1H NMR spectra were recorded on a Bruker AvanceTM300 spectrometer (300.13 MHz) or on a Bruker AvanceTM600 spectrometer (600.21 MHz). 13C{1H} NMR spectra were recorded on a Bruker AvanceTM600 spectrometer (150.93 MHz). 19F NMR spectra were recorded on a Bruker AvanceTM300 spectrometer (282.38 MHz). Chemical shifts for 19F nuclei were determined with respect to trifluoroacetic acid as an external standard.

Mass spectra were obtained on a Finnigan Polaris Q instrument (ion trap, 70 eV, the DIP procedure was used for the sample injection). Silica gel with the particle size of 0.06—0.20 mm (Merck Kieselgel 60) was used for column chromatography. Monitoring of the reaction course and purity of products obtained was performed using Merck Kieselgel 60 F254 TLC plates. N,N-Dimethylformamide (99.8%, Catrosa) was purified by distillation in vacuo over СаH2. Ethyl 4,4,4-trifluoroacetoacetate was purchased from «P&M», ethyl 4,4-difluoroacetoacetate was purchased from «Aldrich». Elementar analysis was performed in A.N. Nesmeyanov Institute of Organoelement Compounds, Russian Academy of Sciences. Light petrolem (LP), ethyl acetate (EA), and N,N-dimethylformamide (DMF) were used as the solvents.

2-Methylthio-6-(trifluoromethyl)pyrimidin-4(3H)-one (2a).
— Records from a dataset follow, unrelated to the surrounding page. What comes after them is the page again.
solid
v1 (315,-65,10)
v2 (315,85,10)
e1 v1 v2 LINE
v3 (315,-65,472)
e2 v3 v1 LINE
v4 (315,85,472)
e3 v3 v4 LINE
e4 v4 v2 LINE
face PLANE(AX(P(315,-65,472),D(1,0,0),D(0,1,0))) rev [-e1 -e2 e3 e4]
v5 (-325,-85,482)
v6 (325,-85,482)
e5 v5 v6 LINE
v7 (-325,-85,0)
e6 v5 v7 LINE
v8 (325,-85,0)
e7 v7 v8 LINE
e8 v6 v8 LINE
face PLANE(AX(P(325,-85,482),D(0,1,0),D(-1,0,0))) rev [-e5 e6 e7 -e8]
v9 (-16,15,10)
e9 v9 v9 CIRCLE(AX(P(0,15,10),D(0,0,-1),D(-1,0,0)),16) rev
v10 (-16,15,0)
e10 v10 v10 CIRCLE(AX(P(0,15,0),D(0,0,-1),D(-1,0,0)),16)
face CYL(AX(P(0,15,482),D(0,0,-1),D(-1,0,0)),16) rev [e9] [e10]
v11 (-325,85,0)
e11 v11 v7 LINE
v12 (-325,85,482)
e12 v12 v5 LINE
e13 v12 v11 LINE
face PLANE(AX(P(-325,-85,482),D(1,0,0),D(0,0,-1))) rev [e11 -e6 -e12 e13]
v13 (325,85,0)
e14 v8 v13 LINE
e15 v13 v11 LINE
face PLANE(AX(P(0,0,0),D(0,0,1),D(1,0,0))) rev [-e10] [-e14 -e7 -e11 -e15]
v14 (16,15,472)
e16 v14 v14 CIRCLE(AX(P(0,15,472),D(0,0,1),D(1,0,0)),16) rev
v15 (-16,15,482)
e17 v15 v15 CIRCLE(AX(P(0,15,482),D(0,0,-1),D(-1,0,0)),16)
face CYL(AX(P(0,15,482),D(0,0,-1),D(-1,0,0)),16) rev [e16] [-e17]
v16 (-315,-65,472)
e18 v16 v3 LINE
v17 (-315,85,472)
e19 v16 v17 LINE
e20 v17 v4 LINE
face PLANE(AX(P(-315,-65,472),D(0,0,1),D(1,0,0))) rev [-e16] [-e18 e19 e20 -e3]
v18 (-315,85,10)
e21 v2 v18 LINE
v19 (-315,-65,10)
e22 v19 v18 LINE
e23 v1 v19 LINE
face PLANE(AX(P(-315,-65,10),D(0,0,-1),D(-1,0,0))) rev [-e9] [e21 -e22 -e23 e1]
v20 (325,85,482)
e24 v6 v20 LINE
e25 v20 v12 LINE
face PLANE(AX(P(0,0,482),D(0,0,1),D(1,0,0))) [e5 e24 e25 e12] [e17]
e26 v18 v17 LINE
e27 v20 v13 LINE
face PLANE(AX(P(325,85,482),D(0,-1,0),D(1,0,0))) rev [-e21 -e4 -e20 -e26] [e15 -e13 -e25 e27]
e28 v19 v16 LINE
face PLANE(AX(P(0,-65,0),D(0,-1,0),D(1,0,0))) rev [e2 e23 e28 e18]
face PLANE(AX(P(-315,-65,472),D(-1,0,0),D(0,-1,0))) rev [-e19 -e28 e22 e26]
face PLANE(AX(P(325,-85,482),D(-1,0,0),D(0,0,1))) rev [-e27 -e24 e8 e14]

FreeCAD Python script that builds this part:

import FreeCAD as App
import Part
import Sketcher
from FreeCAD import Vector

doc = App.newDocument("Part")
body = doc.addObject("PartDesign::Body", "Body")

sketch1 = doc.addObject("Sketcher::SketchObject", "Sketch")
body.addObject(sketch1)
sketch1.AttachmentSupport = (doc.XY_Plane, [""])
sketch1.MapMode = "FlatFace"
sketch1.addGeometry([
    Part.LineSegment(Vector(-325, 85, 0), Vector(-325, -85, 0)),
    Part.LineSegment(Vector(-325, -85, 0), Vector(325, -85, 0)),
    Part.LineSegment(Vector(325, -85, 0), Vector(325, 85, 0)),
    Part.LineSegment(Vector(325, 85, 0), Vector(-325, 85, 0)),
], False)
sketch1.addConstraint([
    Sketcher.Constraint("Coincident", 0, 2, 1, 1),
    Sketcher.Constraint("Coincident", 1, 2, 2, 1),
    Sketcher.Constraint("Coincident", 2, 2, 3, 1),
    Sketcher.Constraint("Coincident", 3, 2, 0, 1),
    Sketcher.Constraint("Vertical", 0),
    Sketcher.Constraint("Horizontal", 1),
    Sketcher.Constraint("Vertical", 2),
    Sketcher.Constraint("Horizontal", 3),
    Sketcher.Constraint("Symmetric", 0, 2, 2, 2, -1, 1),
    Sketcher.Constraint("DistanceX", 1, 1, 1, 2, 650.0),
    Sketcher.Constraint("DistanceY", 0, 2, 0, 1, 170.0),
])
pad1 = doc.addObject("PartDesign::Pad", "Pad")
body.addObject(pad1)
pad1.Profile = sketch1
pad1.Length = 482

sketch2 = doc.addObject("Sketcher::SketchObject", "Sketch001")
body.addObject(sketch2)
sketch2.AttachmentSupport = (doc.XY_Plane, [""])
sketch2.MapMode = "FlatFace"
sketch2.addGeometry(Part.Circle(Vector(0, 15, 0), Vector(0, 0, 1), 16), False)
sketch2.addConstraint([
    Sketcher.Constraint("PointOnObject", 0, 3, -2),
    Sketcher.Constraint("Diameter", 0, 32.0),
    Sketcher.Constraint("DistanceY", -1, 1, 0, 3, 15.0),
])
pocket1 = doc.addObject("PartDesign::Pocket", "Pocket")
body.addObject(pocket1)
pocket1.Profile = sketch2
pocket1.Type = "ThroughAll"
pocket1.Reversed = True

sketch3 = doc.addObject("Sketcher::SketchObject", "Sketch002")
body.addObject(sketch3)
sketch3.AttachmentSupport = (doc.XZ_Plane, [""])
sketch3.MapMode = "FlatFace"
sketch3.AttachmentOffset = App.Placement(Vector(0, 0, -85), App.Rotation())
sketch3.addGeometry([
    Part.LineSegment(Vector(-315, 10, 0), Vector(-315, 472, 0)),
    Part.LineSegment(Vector(-315, 472, 0), Vector(315, 472, 0)),
    Part.LineSegment(Vector(315, 472, 0), Vector(315, 10, 0)),
    Part.LineSegment(Vector(315, 10, 0), Vector(-315, 10, 0)),
], False)
sketch3.addConstraint([
    Sketcher.Constraint("Coincident", 0, 2, 1, 1),
    Sketcher.Constraint("Coincident", 1, 2, 2, 1),
    Sketcher.Constraint("Coincident", 2, 2, 3, 1),
    Sketcher.Constraint("Coincident", 3, 2, 0, 1),
    Sketcher.Constraint("Vertical", 0),
    Sketcher.Constraint("Horizontal", 1),
    Sketcher.Constraint("Vertical", 2),
    Sketcher.Constraint("Horizontal", 3),
    Sketcher.Constraint("DistanceX", 1, 1, 1, 2, 630.0),
    Sketcher.Constraint("DistanceY", 0, 1, 0, 2, 462.0),
    Sketcher.Constraint("DistanceX", 0, 2, -1, 1, 315.0),
    Sketcher.Constraint("DistanceY", -1, 1, 0, 2, 472.0),
])
pocket2 = doc.addObject("PartDesign::Pocket", "Pocket001")
body.addObject(pocket2)
pocket2.Profile = sketch3
pocket2.Length = 150
pocket2.Reversed = True

doc.recompute()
To a solution of S-methylisothiourea hemisulfate (7.0 g, 50 mmol) in aqueous 10% NaOH (40 мl) was added ethyl 4,4,4-trifluoroacetoacetate (9.2 g, 50 mmol) dropwise at 0 oC. The reaction mixture was stirred for 2 h at 0-5 °С, allowed to warm to rt, heated at 65 °С for 1 h, cooled down to 20 °С, and poured into ice water. Water solution was acidified to рH 6 with acetic acid. A precipitate formed was filtered off, washed thoroughly with water and air-dried to give compound (2a) (8.6 g, 82%) as white crystals. M.p. 178-179 oC (see [23]: 179-180 °С). 1H NMR (600.22 MHz, CDCl3): δ 6.64 (1H, с, H5), 2.70 (3H, s, S-Me). 13С NMR (150.93 MHz, d6-DMSO): δ 166.6, 163.0, 151.5 (q, 2JC,F= 34 Hz, C6-CF3), 121.0 (q, 1JC,F= 274 Hz, CF3), 108.0, 13.4. 19F NMR (282.38 MHz, CDCl3): δ 5.85 (s, CF3). EIMS 70 eV, m/z: 211 [M + H]+ (11), 210 [M]+ (100), 191 [M – F]+ (10), 190 [M – HF]+ (56), 163 [M – SMe]+ (48), 162 [M – H–SMe]+ (24), 141 [M – CF3]+ (22).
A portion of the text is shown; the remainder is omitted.